> Task description
Take the lines below beginning at the line that has "#227=FACE_BOUND('',#226,.T.);" and stopping after the line that has "#255=ADVANCED_BREP_SHAPE_REPRESENTATION('',(#254),#12);", and print them exactly as they are, with no other lines.

> Dataset excerpts
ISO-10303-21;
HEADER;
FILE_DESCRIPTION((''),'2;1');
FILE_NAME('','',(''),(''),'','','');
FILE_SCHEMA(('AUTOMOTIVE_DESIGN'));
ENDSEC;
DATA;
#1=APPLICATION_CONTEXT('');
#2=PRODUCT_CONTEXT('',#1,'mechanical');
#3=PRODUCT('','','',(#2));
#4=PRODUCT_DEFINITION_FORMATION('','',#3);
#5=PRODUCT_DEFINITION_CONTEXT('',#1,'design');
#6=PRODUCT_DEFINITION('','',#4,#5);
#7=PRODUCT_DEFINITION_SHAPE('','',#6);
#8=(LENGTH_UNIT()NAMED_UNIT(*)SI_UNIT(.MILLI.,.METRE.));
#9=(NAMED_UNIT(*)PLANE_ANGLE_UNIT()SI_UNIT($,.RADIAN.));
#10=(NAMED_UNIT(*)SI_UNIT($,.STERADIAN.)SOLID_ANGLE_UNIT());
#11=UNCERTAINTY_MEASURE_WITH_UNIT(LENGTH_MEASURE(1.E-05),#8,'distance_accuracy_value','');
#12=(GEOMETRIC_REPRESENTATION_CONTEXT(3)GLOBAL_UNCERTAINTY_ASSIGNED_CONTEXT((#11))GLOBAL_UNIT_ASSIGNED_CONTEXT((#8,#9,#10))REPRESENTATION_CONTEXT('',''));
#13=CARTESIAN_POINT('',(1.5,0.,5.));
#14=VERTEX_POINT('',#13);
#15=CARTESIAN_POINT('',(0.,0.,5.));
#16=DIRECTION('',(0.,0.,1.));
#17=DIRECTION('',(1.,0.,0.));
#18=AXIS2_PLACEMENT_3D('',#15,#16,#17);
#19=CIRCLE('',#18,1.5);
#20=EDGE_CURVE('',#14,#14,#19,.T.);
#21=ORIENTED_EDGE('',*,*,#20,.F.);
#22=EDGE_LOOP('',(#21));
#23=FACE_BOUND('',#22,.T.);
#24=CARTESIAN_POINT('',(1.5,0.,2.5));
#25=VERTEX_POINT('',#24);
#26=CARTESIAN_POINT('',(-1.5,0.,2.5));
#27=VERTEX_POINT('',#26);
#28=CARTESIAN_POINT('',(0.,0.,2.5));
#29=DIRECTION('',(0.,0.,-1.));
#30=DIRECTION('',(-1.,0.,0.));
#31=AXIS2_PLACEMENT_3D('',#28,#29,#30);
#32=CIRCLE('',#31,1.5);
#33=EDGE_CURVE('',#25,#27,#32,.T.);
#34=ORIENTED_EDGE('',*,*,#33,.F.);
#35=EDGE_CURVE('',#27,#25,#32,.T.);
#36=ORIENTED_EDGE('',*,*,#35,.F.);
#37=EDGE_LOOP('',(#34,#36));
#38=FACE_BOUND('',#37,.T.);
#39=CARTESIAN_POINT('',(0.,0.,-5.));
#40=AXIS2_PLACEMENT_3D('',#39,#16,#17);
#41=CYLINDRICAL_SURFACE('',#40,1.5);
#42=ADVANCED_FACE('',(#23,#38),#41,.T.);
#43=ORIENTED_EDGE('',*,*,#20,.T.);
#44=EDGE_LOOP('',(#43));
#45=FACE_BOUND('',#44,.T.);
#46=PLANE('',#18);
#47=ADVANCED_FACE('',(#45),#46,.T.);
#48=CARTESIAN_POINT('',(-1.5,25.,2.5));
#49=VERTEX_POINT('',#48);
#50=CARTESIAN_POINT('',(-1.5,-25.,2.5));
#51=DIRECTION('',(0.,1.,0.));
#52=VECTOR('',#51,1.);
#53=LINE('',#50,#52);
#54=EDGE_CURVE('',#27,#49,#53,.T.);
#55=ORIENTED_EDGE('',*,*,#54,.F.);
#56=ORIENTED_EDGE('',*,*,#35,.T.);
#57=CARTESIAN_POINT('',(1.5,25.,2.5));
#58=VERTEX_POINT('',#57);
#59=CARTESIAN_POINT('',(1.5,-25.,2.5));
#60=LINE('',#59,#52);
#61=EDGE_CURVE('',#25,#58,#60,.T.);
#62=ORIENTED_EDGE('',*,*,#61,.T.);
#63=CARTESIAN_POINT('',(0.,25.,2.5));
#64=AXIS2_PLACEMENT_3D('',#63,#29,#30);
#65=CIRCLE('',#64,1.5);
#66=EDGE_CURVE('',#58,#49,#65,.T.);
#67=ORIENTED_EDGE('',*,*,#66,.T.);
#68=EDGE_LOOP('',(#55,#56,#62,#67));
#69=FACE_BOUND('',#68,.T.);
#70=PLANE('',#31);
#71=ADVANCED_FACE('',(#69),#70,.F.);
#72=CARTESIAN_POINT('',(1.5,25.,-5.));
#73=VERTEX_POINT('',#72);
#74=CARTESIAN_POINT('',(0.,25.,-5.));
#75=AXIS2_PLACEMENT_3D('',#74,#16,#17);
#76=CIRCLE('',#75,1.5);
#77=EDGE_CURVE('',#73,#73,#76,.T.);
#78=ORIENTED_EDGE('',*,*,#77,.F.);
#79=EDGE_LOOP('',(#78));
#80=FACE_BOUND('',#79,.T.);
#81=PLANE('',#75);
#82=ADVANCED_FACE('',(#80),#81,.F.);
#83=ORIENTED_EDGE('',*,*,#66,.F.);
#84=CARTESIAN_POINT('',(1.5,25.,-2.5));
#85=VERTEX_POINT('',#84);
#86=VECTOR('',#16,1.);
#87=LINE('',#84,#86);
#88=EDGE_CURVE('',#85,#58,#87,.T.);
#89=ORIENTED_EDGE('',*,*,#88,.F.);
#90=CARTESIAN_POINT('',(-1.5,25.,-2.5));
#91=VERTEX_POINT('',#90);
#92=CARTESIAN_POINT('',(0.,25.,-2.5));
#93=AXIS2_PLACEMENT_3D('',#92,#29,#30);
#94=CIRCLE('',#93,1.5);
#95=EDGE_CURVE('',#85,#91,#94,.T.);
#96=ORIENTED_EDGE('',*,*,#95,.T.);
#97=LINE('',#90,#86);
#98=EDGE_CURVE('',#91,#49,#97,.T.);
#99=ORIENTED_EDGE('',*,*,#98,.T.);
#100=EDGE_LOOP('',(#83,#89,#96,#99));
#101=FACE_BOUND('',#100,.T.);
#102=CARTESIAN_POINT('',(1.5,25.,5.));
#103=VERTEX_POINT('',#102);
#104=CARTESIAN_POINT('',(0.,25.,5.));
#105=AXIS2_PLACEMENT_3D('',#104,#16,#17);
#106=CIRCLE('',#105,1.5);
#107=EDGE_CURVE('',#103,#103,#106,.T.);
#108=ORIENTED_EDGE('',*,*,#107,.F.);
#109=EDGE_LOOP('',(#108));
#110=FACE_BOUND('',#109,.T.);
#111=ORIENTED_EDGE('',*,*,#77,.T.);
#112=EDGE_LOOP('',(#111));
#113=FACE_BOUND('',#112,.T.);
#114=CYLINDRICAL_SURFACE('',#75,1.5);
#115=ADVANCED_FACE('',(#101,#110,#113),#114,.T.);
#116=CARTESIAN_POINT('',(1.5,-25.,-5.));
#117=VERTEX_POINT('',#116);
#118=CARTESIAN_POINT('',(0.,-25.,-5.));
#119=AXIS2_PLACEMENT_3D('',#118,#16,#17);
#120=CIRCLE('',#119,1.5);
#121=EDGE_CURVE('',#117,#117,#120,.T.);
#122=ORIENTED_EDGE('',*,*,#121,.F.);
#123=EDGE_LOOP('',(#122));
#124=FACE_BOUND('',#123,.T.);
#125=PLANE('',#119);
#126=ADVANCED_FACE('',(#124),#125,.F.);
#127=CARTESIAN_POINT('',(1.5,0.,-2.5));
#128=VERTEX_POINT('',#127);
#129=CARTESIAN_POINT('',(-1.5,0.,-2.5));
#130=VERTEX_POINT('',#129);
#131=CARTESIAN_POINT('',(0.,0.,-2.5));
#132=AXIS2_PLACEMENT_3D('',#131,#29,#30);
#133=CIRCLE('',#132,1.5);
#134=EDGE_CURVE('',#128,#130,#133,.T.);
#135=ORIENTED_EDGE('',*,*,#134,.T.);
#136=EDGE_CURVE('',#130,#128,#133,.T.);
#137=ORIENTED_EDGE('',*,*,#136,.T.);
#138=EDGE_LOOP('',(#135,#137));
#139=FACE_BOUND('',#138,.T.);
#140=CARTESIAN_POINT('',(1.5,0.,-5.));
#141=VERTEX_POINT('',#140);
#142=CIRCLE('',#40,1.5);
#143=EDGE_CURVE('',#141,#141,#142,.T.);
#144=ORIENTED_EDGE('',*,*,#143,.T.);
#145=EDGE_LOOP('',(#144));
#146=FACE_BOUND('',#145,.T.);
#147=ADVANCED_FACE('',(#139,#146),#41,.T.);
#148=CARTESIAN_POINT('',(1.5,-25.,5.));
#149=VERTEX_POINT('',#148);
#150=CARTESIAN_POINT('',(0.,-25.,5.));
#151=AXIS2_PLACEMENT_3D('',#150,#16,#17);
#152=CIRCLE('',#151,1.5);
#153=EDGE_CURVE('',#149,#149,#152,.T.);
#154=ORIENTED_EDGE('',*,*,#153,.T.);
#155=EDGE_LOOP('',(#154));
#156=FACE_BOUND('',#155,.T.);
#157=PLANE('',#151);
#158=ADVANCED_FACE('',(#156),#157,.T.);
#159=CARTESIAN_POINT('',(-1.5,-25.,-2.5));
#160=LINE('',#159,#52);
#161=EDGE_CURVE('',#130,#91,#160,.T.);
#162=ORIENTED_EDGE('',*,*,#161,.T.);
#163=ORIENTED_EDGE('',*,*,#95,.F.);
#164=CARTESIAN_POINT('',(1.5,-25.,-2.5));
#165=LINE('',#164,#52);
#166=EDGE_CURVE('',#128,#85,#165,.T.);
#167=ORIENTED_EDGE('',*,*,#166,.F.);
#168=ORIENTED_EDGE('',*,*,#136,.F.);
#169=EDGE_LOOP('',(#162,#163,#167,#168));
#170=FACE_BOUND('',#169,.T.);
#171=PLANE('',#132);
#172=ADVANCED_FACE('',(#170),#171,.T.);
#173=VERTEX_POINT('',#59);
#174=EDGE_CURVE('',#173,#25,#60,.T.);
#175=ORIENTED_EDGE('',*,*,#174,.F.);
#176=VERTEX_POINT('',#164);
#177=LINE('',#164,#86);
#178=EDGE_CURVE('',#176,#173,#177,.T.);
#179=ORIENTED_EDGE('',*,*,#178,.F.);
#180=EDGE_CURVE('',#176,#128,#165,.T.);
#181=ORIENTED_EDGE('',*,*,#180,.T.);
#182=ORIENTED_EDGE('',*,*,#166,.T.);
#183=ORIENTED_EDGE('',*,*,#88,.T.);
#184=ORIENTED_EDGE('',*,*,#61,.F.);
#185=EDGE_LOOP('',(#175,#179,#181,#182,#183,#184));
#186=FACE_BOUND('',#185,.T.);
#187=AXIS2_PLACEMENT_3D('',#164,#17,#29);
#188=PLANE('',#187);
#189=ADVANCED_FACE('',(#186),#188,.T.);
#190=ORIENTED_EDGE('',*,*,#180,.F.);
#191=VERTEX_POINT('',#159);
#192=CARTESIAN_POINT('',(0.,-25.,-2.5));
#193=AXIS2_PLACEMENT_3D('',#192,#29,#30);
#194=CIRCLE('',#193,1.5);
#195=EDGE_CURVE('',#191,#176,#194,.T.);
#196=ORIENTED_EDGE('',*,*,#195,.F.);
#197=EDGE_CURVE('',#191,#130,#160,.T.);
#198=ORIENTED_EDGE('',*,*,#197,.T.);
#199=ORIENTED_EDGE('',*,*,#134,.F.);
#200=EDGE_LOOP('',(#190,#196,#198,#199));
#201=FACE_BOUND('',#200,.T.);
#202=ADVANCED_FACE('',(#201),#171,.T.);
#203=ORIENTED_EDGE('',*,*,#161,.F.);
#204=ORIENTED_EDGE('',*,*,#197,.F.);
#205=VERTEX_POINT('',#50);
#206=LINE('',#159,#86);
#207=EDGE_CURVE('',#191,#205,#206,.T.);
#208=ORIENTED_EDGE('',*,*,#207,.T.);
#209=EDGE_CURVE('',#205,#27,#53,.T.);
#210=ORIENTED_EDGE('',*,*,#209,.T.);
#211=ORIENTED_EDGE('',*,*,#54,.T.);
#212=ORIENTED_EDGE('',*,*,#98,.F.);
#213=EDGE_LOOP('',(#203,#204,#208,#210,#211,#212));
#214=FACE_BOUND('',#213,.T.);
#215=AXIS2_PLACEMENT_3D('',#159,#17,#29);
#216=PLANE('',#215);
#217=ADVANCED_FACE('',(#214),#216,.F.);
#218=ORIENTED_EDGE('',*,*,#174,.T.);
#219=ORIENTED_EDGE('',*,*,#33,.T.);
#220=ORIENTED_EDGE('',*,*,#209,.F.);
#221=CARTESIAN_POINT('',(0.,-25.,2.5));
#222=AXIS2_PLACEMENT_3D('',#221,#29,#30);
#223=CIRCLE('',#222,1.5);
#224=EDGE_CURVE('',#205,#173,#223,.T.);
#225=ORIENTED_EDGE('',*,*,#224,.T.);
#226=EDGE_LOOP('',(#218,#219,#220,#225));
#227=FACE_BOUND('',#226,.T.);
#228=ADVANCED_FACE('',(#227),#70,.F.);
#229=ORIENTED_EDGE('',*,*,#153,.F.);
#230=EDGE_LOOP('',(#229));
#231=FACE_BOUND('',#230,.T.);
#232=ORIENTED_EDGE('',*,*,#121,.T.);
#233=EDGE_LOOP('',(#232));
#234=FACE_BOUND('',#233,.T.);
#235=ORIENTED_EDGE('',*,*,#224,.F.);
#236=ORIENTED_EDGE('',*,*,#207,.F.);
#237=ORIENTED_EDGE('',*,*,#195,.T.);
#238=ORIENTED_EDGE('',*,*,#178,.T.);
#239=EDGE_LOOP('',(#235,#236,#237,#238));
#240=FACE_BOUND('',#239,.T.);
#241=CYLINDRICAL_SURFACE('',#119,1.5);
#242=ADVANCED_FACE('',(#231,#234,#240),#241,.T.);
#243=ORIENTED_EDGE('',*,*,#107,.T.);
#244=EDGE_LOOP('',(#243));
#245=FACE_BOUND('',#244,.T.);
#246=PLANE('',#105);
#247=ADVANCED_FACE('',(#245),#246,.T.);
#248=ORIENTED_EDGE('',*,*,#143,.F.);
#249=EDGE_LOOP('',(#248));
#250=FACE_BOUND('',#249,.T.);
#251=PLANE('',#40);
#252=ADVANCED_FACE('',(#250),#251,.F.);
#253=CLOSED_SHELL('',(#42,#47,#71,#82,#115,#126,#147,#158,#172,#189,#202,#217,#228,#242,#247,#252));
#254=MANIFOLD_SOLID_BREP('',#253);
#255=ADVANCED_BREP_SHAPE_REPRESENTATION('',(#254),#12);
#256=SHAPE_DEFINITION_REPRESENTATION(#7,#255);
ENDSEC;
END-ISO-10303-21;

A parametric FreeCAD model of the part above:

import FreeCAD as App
import Part
import Sketcher
from FreeCAD import Vector

doc = App.newDocument("Part")
body = doc.addObject("PartDesign::Body", "Body")

# Sketch on XY plane
sketch1 = body.newObject("Sketcher::SketchObject", "Sketch")
sketch1.AttachmentSupport = (doc.getObject("XY_Plane"), [""])
sketch1.MapMode = "FlatFace"
sketch1.addGeometry([
    Part.LineSegment(Vector(-1.5, 25, 0), Vector(-1.5, -25, 0)),
    Part.LineSegment(Vector(-1.5, -25, 0), Vector(1.5, -25, 0)),
    Part.LineSegment(Vector(1.5, -25, 0), Vector(1.5, 25, 0)),
    Part.LineSegment(Vector(1.5, 25, 0), Vector(-1.5, 25, 0)),
], False)
sketch1.addConstraint([
    Sketcher.Constraint("Coincident", 0, 2, 1, 1),
    Sketcher.Constraint("Coincident", 1, 2, 2, 1),
    Sketcher.Constraint("Coincident", 2, 2, 3, 1),
    Sketcher.Constraint("Coincident", 3, 2, 0, 1),
    Sketcher.Constraint("Vertical", 0),
    Sketcher.Constraint("Horizontal", 1),
    Sketcher.Constraint("Vertical", 2),
    Sketcher.Constraint("Horizontal", 3),
    Sketcher.Constraint("Symmetric", 0, 2, 2, 2, -1, 1),
    Sketcher.Constraint("DistanceX", 1, 1, 1, 2, 3.0),
    Sketcher.Constraint("DistanceY", 0, 2, 0, 1, 50.0),
])
pad1 = body.newObject("PartDesign::Pad", "Pad")
pad1.Profile = sketch1
pad1.Type = "TwoLengths"
pad1.Length = 2.5
pad1.Length2 = 2.5

# Sketch on XY plane
sketch2 = body.newObject("Sketcher::SketchObject", "Sketch001")
sketch2.AttachmentSupport = (doc.getObject("XY_Plane"), [""])
sketch2.MapMode = "FlatFace"
sketch2.addGeometry([
    Part.Circle(Vector(0, 25, 0), Vector(0, 0, 1), 1.5),
    Part.Circle(Vector(0, -25, 0), Vector(0, 0, 1), 1.5),
    Part.Circle(Vector(0, 0, 0), Vector(0, 0, 1), 1.5),
], False)
sketch2.addConstraint([
    Sketcher.Constraint("Coincident", 2, 3, -1, 1),
    Sketcher.Constraint("Equal", 0, 1),
    Sketcher.Constraint("Equal", 1, 2),
    Sketcher.Constraint("Symmetric", 0, 3, 1, 3, -1, 1),
    Sketcher.Constraint("PointOnObject", 0, 3, -2),
    Sketcher.Constraint("Diameter", 0, 3.0),
    Sketcher.Constraint("DistanceY", -1, 1, 0, 3, 25.0),
])
pad2 = body.newObject("PartDesign::Pad", "Pad001")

> Your solution
#227=FACE_BOUND('',#226,.T.);
#228=ADVANCED_FACE('',(#227),#70,.F.);
#229=ORIENTED_EDGE('',*,*,#153,.F.);
#230=EDGE_LOOP('',(#229));
#231=FACE_BOUND('',#230,.T.);
#232=ORIENTED_EDGE('',*,*,#121,.T.);
#233=EDGE_LOOP('',(#232));
#234=FACE_BOUND('',#233,.T.);
#235=ORIENTED_EDGE('',*,*,#224,.F.);
#236=ORIENTED_EDGE('',*,*,#207,.F.);
#237=ORIENTED_EDGE('',*,*,#195,.T.);
#238=ORIENTED_EDGE('',*,*,#178,.T.);
#239=EDGE_LOOP('',(#235,#236,#237,#238));
#240=FACE_BOUND('',#239,.T.);
#241=CYLINDRICAL_SURFACE('',#119,1.5);
#242=ADVANCED_FACE('',(#231,#234,#240),#241,.T.);
#243=ORIENTED_EDGE('',*,*,#107,.T.);
#244=EDGE_LOOP('',(#243));
#245=FACE_BOUND('',#244,.T.);
#246=PLANE('',#105);
#247=ADVANCED_FACE('',(#245),#246,.T.);
#248=ORIENTED_EDGE('',*,*,#143,.F.);
#249=EDGE_LOOP('',(#248));
#250=FACE_BOUND('',#249,.T.);
#251=PLANE('',#40);
#252=ADVANCED_FACE('',(#250),#251,.F.);
#253=CLOSED_SHELL('',(#42,#47,#71,#82,#115,#126,#147,#158,#172,#189,#202,#217,#228,#242,#247,#252));
#254=MANIFOLD_SOLID_BREP('',#253);
#255=ADVANCED_BREP_SHAPE_REPRESENTATION('',(#254),#12);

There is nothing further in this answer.